2) To solve the equation b^4 + 2b^2 - 24 = 0, we can first substitute a variable. Let's use x instead of b^2. So we have x^2 + 2x - 24 = 0. Now we can solve this quadratic equation by factoring, completing the square, or using the quadratic formula. Factoring gives us (x + 6)(x - 4) = 0. Setting each factor equal to zero, we have x + 6 = 0 or x - 4 = 0. Solving for x, we get x = -6 or x = 4. Since x represents b^2, we take the square root of each solution to find the possible values of b. Therefore, b = -√6, √6, -2, or 2.

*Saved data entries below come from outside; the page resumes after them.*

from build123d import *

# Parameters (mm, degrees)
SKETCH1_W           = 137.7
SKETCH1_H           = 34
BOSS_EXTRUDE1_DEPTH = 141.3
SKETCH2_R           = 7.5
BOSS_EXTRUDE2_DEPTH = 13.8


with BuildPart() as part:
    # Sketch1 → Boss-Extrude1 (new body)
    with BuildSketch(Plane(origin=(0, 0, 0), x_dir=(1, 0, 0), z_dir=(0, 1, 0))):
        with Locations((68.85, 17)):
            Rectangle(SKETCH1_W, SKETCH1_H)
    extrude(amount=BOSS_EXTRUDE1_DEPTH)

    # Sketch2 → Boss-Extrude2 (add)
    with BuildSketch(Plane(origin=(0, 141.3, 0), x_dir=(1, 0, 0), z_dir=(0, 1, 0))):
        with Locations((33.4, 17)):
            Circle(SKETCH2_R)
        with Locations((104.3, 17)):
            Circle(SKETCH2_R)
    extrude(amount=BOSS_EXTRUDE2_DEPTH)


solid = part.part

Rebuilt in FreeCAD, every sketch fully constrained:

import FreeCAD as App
import Part
import Sketcher

V = App.Vector


def add_polygon(sketch, points):
    """Adds a closed chain of lines whose ends are joined by coincident constraints."""
    first, n = sketch.GeometryCount, len(points)
    for a, b in zip(points, points[1:] + points[:1]):
        sketch.addGeometry(Part.LineSegment(App.Vector(*a, 0), App.Vector(*b, 0)), False)
    for i in range(n):
        sketch.addConstraint(Sketcher.Constraint("Coincident", first + i, 2, first + (i + 1) % n, 1))

doc = App.newDocument("Part")
body = doc.addObject("PartDesign::Body", "Body")

# Sketch on XZ plane
sketch1 = body.newObject("Sketcher::SketchObject", "Sketch")
sketch1.AttachmentSupport = (doc.getObject("XZ_Plane"), [""])
sketch1.MapMode = "FlatFace"
add_polygon(sketch1, [(0, -34), (0, 0), (137.7, 0), (137.7, -34)])  # lines 0-3
sketch1.addConstraint(Sketcher.Constraint("Vertical", 0))
sketch1.addConstraint(Sketcher.Constraint("Horizontal", 1))
sketch1.addConstraint(Sketcher.Constraint("Vertical", 2))
sketch1.addConstraint(Sketcher.Constraint("Horizontal", 3))
sketch1.addConstraint(Sketcher.Constraint("Coincident", 0, 2, -1, 1))
sketch1.addConstraint(Sketcher.Constraint("DistanceY", 0, 1, 0, 2, 34.0))
sketch1.addConstraint(Sketcher.Constraint("DistanceX", 1, 1, 1, 2, 137.7))
pad1 = body.newObject("PartDesign::Pad", "Pad")
pad1.Profile = sketch1
pad1.Length = 141.3
pad1.Reversed = True

# Sketch on XZ plane
sketch2 = body.newObject("Sketcher::SketchObject", "Sketch001")
sketch2.AttachmentSupport = (doc.getObject("XZ_Plane"), [""])
sketch2.MapMode = "FlatFace"
sketch2.AttachmentOffset = App.Placement(V(0, 0, -141.3), App.Rotation())
sketch2.addGeometry(Part.Circle(V(33.4, -17, 0), V(0, 0, 1), 7.5), False)
sketch2.addGeometry(Part.Circle(V(104.3, -17, 0), V(0, 0, 1), 7.5), False)
sketch2.addConstraint(Sketcher.Constraint("Equal", 0, 1))
sketch2.addConstraint(Sketcher.Constraint("Horizontal", 0, 3, 1, 3))
sketch2.addConstraint(Sketcher.Constraint("Diameter", 0, 15.0))
sketch2.addConstraint(Sketcher.Constraint("DistanceY", 0, 3, -1, 1, 17.0))
sketch2.addConstraint(Sketcher.Constraint("DistanceX", -1, 1, 0, 3, 33.4))
sketch2.addConstraint(Sketcher.Constraint("DistanceX", -1, 1, 1, 3, 104.3))
pad2 = body.newObject("PartDesign::Pad", "Pad001")
pad2.Profile = sketch2
pad2.Length = 13.8
pad2.Reversed = True

doc.recompute()
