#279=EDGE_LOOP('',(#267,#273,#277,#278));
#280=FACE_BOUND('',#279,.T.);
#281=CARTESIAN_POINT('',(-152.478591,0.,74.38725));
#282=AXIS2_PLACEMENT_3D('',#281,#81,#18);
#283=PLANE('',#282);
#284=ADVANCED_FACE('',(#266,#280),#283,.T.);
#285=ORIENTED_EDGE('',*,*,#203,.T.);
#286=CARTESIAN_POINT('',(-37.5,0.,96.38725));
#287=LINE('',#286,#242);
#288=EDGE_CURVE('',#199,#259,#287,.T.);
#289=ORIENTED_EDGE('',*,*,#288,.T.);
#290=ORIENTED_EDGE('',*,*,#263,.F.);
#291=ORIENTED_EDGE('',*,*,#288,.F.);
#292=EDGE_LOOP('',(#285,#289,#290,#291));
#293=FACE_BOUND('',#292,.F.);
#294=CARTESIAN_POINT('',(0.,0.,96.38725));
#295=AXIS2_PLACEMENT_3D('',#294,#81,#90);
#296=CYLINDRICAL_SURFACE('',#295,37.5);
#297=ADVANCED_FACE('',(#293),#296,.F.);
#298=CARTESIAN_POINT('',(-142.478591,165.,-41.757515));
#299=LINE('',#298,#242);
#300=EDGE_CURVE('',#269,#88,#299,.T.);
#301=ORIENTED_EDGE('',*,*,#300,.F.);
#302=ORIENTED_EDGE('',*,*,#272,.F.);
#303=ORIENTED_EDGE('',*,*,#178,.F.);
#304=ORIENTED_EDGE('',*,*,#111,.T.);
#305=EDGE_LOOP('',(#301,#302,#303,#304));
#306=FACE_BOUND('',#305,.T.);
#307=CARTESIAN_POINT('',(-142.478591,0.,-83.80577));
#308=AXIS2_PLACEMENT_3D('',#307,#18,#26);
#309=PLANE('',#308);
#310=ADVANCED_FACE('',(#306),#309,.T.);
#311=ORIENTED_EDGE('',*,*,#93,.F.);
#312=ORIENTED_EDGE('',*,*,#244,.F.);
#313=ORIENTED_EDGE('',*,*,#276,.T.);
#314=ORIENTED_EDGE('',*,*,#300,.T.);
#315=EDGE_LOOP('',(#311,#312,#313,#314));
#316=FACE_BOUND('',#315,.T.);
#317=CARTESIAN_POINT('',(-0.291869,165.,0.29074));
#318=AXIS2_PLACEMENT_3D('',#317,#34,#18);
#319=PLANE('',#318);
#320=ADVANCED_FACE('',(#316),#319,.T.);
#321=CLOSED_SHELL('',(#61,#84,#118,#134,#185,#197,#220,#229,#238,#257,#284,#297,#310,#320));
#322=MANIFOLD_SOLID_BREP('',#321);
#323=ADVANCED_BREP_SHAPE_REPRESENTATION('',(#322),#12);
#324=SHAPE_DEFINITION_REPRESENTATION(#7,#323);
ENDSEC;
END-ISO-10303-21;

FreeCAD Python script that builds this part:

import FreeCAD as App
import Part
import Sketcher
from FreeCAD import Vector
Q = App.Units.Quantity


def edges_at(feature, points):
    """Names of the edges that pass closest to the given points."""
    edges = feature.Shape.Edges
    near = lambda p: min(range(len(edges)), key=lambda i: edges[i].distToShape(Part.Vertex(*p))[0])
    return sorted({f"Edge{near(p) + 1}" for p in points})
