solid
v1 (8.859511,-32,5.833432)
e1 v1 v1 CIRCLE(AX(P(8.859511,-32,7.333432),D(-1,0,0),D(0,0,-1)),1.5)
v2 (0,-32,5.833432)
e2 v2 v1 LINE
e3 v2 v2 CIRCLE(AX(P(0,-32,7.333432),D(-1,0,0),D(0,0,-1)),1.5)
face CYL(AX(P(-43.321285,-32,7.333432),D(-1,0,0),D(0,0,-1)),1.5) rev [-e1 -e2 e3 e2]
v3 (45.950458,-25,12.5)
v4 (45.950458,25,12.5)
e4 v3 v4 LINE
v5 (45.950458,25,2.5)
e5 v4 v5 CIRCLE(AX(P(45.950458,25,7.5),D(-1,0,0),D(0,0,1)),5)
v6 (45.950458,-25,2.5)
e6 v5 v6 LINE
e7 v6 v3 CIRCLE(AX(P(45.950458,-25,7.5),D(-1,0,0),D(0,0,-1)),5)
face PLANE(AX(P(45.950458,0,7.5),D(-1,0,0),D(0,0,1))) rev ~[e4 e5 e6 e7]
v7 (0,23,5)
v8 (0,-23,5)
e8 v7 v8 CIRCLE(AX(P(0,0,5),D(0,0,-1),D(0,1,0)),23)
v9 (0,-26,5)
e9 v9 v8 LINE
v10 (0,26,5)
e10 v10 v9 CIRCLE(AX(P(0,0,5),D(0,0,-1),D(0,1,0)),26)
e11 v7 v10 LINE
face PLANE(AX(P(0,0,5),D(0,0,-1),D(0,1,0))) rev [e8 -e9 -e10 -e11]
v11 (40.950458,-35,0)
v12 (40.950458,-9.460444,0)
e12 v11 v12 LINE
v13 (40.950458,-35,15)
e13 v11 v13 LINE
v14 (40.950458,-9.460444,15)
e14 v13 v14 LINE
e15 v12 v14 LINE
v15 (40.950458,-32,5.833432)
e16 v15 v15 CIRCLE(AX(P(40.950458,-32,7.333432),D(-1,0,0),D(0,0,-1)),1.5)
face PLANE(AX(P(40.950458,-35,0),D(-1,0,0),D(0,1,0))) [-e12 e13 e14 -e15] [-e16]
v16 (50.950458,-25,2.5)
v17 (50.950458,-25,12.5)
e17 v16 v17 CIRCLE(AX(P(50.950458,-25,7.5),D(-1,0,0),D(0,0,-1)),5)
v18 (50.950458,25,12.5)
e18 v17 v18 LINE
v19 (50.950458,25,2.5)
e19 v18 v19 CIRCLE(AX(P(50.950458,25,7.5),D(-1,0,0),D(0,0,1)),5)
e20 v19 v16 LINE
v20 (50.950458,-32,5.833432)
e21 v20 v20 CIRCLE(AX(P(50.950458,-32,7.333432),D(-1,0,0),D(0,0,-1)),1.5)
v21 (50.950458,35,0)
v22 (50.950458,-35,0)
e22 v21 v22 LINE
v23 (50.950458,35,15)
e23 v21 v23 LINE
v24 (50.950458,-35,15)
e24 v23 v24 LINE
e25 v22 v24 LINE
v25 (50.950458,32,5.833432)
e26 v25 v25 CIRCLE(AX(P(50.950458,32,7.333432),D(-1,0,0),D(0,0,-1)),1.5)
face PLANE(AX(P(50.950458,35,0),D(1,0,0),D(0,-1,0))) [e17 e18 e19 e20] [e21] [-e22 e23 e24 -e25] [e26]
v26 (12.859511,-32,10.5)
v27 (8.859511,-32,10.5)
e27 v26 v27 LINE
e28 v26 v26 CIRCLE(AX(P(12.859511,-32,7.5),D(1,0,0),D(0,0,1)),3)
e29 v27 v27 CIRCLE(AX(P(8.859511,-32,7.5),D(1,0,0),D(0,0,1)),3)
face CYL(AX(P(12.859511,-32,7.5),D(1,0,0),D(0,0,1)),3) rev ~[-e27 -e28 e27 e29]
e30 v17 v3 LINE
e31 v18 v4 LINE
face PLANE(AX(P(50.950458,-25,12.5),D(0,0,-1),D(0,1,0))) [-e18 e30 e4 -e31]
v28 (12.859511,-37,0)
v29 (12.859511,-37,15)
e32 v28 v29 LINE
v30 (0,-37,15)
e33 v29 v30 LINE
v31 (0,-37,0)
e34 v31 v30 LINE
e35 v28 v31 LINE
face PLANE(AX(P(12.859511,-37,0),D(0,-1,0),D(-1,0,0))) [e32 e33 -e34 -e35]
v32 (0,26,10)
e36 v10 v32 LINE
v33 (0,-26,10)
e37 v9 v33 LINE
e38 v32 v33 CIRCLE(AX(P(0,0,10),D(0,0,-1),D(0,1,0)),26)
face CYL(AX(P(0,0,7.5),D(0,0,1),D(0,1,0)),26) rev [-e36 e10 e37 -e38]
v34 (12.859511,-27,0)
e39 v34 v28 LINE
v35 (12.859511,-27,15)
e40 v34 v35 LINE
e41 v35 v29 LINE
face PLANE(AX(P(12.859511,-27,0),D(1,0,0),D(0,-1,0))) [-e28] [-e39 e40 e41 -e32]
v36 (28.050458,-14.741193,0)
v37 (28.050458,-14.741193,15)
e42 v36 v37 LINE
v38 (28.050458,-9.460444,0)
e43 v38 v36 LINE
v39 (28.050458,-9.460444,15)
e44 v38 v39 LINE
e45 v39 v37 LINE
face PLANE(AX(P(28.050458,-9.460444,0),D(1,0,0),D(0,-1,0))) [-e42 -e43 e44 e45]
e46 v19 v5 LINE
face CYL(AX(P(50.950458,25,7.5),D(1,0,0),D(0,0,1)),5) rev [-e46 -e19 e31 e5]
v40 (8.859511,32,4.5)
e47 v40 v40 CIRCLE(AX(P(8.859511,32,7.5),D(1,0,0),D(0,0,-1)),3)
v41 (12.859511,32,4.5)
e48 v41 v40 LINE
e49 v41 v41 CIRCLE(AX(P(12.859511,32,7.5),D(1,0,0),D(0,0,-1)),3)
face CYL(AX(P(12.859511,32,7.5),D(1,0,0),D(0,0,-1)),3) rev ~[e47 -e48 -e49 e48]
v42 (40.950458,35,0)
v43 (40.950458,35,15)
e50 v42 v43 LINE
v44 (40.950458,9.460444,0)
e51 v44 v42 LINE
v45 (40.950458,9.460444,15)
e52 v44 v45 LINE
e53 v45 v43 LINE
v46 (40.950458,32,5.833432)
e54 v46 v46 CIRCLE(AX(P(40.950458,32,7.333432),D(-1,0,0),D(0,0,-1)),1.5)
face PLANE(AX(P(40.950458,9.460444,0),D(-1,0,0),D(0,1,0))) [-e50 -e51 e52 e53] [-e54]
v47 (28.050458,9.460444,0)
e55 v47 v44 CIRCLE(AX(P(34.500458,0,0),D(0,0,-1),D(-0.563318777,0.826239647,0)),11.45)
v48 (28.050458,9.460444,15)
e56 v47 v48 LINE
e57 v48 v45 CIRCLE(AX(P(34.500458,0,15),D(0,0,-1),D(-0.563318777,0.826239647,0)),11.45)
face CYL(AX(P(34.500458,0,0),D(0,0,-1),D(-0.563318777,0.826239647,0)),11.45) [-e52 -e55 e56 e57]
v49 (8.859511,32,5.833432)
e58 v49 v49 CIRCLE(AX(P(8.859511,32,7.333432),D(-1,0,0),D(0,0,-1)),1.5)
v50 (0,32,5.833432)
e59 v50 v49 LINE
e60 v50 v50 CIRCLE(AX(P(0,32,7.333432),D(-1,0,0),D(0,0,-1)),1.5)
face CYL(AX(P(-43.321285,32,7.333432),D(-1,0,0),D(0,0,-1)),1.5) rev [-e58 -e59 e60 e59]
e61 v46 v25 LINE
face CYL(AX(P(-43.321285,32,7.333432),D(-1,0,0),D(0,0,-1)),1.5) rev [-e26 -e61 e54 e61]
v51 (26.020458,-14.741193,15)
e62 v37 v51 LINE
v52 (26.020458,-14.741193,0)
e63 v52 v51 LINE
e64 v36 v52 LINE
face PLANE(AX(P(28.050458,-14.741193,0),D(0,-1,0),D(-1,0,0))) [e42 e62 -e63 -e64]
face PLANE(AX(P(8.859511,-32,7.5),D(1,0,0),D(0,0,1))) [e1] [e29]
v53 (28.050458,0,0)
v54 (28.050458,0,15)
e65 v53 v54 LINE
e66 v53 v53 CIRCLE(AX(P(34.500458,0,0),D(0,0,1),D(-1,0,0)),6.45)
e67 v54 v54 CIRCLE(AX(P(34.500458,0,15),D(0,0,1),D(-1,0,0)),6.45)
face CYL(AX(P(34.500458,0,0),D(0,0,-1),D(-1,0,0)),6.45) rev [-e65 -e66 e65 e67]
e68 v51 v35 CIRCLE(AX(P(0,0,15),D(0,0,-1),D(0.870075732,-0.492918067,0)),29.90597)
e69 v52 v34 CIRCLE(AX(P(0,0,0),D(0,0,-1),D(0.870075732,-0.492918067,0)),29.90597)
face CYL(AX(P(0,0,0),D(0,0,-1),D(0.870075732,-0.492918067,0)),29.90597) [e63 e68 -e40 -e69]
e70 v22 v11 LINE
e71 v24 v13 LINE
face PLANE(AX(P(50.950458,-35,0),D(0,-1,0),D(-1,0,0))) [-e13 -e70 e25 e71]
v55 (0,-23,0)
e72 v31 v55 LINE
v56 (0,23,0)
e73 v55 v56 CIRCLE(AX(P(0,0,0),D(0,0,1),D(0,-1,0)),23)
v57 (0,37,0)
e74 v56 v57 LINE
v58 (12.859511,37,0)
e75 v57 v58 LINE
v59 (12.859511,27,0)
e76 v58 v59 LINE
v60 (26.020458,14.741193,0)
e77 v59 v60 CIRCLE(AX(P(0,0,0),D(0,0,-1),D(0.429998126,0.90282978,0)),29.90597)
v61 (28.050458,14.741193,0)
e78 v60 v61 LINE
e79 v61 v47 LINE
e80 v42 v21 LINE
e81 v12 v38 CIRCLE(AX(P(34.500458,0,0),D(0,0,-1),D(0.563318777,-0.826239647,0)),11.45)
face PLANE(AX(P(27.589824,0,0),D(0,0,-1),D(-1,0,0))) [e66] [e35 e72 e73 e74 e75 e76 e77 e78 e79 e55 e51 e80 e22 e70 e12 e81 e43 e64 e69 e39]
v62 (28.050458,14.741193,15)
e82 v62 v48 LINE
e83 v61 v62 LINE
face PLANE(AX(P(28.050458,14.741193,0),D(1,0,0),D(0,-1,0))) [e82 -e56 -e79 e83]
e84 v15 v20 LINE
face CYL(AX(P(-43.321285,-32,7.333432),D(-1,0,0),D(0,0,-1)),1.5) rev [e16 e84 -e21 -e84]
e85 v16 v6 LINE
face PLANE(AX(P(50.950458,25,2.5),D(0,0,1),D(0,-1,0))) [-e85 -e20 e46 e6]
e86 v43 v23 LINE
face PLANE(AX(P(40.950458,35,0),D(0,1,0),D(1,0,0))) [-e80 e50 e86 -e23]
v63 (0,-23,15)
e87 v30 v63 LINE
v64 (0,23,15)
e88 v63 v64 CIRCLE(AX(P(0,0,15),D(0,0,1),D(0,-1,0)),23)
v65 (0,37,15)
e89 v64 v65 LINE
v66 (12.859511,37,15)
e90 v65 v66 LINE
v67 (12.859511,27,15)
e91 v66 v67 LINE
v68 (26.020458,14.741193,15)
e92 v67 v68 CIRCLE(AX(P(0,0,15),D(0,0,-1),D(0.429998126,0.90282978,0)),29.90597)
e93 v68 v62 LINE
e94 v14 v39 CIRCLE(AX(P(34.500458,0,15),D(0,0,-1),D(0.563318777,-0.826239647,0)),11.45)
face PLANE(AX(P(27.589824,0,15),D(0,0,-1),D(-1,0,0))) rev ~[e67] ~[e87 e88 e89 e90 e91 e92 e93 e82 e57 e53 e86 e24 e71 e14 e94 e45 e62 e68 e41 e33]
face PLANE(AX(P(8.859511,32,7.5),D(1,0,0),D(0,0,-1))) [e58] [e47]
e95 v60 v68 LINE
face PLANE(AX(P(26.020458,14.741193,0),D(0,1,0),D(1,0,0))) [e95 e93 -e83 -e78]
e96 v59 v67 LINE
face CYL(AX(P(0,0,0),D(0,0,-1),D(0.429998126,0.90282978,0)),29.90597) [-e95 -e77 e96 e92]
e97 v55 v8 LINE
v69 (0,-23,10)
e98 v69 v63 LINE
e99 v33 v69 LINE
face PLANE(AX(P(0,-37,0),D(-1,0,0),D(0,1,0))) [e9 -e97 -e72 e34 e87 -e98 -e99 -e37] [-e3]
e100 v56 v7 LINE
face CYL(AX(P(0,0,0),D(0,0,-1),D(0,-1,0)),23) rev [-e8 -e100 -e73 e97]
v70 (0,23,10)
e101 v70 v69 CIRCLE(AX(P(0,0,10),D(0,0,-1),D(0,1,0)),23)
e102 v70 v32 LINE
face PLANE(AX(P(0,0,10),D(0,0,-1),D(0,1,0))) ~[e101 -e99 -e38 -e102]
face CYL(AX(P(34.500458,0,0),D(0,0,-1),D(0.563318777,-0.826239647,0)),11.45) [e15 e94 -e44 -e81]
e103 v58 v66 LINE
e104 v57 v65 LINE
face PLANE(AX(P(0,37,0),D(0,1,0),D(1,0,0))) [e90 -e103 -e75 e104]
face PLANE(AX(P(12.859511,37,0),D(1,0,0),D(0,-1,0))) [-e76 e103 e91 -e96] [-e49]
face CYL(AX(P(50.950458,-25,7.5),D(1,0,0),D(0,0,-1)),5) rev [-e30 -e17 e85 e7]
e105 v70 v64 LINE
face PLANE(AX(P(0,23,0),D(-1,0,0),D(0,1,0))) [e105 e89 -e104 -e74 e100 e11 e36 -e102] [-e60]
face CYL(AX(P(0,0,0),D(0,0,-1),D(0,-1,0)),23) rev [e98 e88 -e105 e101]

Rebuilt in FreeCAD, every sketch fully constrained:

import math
import FreeCAD as App
import Part
import Sketcher
from FreeCAD import Vector


def add_polygon(sketch, points):
    """Adds a closed chain of lines whose ends are joined by coincident constraints."""
    first, n = sketch.GeometryCount, len(points)
    for a, b in zip(points, points[1:] + points[:1]):
        sketch.addGeometry(Part.LineSegment(App.Vector(*a, 0), App.Vector(*b, 0)), False)
    for i in range(n):
        sketch.addConstraint(Sketcher.Constraint("Coincident", first + i, 2, first + (i + 1) % n, 1))

doc = App.newDocument("Part")
body = doc.addObject("PartDesign::Body", "Body")

sketch1 = body.newObject("Sketcher::SketchObject", "Sketch")
sketch1.AttachmentSupport = (doc.getObject("XY_Plane"), [""])
sketch1.MapMode = "FlatFace"
sketch1.addGeometry([
    Part.LineSegment(Vector(0, 37, 0), Vector(0, 23, 0)),
    Part.ArcOfCircle(Part.Circle(Vector(0, 0, 0), Vector(0, 0, 1), 23), math.radians(-90), math.radians(90)),
    Part.LineSegment(Vector(0, -23, 0), Vector(0, -37, 0)),
    Part.LineSegment(Vector(0, -37, 0), Vector(12.9, -37, 0)),
    Part.LineSegment(Vector(12.9, -37, 0), Vector(12.9, -27, 0)),
    Part.ArcOfCircle(Part.Circle(Vector(0, 0, 0), Vector(0, 0, 1), 29.9), math.radians(-65), math.radians(-30)),
    Part.LineSegment(Vector(26, -14.7, 0), Vector(28.1, -14.7, 0)),
    Part.LineSegment(Vector(28.1, -14.7, 0), Vector(28.1, -9.5, 0)),
    Part.ArcOfCircle(Part.Circle(Vector(34.5, 0, 0), Vector(0, 0, 1), 11.4), math.radians(-124), math.radians(-56)),
    Part.LineSegment(Vector(41, -9.5, 0), Vector(41, -35, 0)),
    Part.LineSegment(Vector(41, -35, 0), Vector(51, -35, 0)),
    Part.LineSegment(Vector(51, -35, 0), Vector(51, 35, 0)),
    Part.LineSegment(Vector(51, 35, 0), Vector(41, 35, 0)),
    Part.LineSegment(Vector(41, 35, 0), Vector(41, 9.5, 0)),
    Part.ArcOfCircle(Part.Circle(Vector(34.5, 0, 0), Vector(0, 0, 1), 11.4), math.radians(56), math.radians(124)),
    Part.LineSegment(Vector(28.1, 9.5, 0), Vector(28.1, 14.7, 0)),
    Part.LineSegment(Vector(28.1, 14.7, 0), Vector(26, 14.7, 0)),
    Part.ArcOfCircle(Part.Circle(Vector(0, 0, 0), Vector(0, 0, 1), 29.9), math.radians(30), math.radians(65)),
    Part.LineSegment(Vector(12.9, 27, 0), Vector(12.9, 37, 0)),
    Part.LineSegment(Vector(12.9, 37, 0), Vector(0, 37, 0)),
    Part.Circle(Vector(34.5, 0, 0), Vector(0, 0, 1), 6.5),
], False)
sketch1.addConstraint([
    Sketcher.Constraint("Coincident", 0, 2, 1, 2),
    Sketcher.Constraint("Coincident", 1, 1, 2, 1),
    Sketcher.Constraint("Coincident", 2, 2, 3, 1),
    Sketcher.Constraint("Coincident", 3, 2, 4, 1),
    Sketcher.Constraint("Coincident", 4, 2, 5, 1),
    Sketcher.Constraint("Coincident", 5, 2, 6, 1),
    Sketcher.Constraint("Coincident", 6, 2, 7, 1),
    Sketcher.Constraint("Coincident", 7, 2, 8, 1),
    Sketcher.Constraint("Coincident", 8, 2, 9, 1),
    Sketcher.Constraint("Coincident", 9, 2, 10, 1),
    Sketcher.Constraint("Coincident", 10, 2, 11, 1),
    Sketcher.Constraint("Coincident", 11, 2, 12, 1),
    Sketcher.Constraint("Coincident", 12, 2, 13, 1),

3) To find f[g(x)], we substitute g(x) into f(x). Given f(x) = x^2 + 1 and g(x) = x - 2, we replace each occurrence of x in f(x) with g(x). So f[g(x)] becomes (x - 2)^2 + 1. Expanding this expression, we get x^2 - 4x + 4 + 1. Simplifying further, we have x^2 - 4x + 5. Therefore, the correct answer is A.

4) To find the inverse of f(x) = 2x - 7, we need to switch x and y and solve for y. So we have x = 2y - 7. Rearranging the equation, we get 2y = x + 7. Dividing both sides by 2, we have y = (x + 7)/2. Therefore, the inverse of f(x) is equal to f^(-1)(x) = (x + 7)/2.

5) To determine if two functions are inverses, we need to check if the composition of the functions f(g(x)) and g(f(x)) gives us x. Let's check each option:

A)f(x) = 3x - 1; g(x) = 1/3x - 1
f(g(x)) = 3(1/3x - 1) - 1 = 1 - 1 = 0
g(f(x)) = 1/3(3x - 1) - 1 = x - 1 - 1 = x - 2

B)f(x) = 2x - 5; g(x) = x + 5/2
f(g(x)) = 2(x + 5/2) - 5 = 2x + 5 - 5 = 2x
g(f(x)) = (2x - 5) + 5/2 = 2x - 10/2 + 5/2 = 2x - 5/2

C)f(x) = 2x + 2; g(x) = 2x - 2
f(g(x)) = 2(2x - 2) + 2 = 4x - 4 + 2 = 4x - 2
g(f(x)) = 2(2x + 2) - 2 = 4x + 4 - 2 = 4x + 2

D)f(x) = 3x - 8; g(x) = 1/3x + 8
f(g(x)) = 3(1/3x + 8) - 8 = 1 + 8 - 8 = 1
g(f(x)) = 1/3(3x - 8) + 8 = x - 8/3 + 8 = x + 8/3

From the above calculations, we can see that option B, f(x) = 2x - 5; g(x) = x + 5/2, is the only pair of functions in which f(g(x)) = x and g(f(x)) = x. Therefore, the correct answer is B.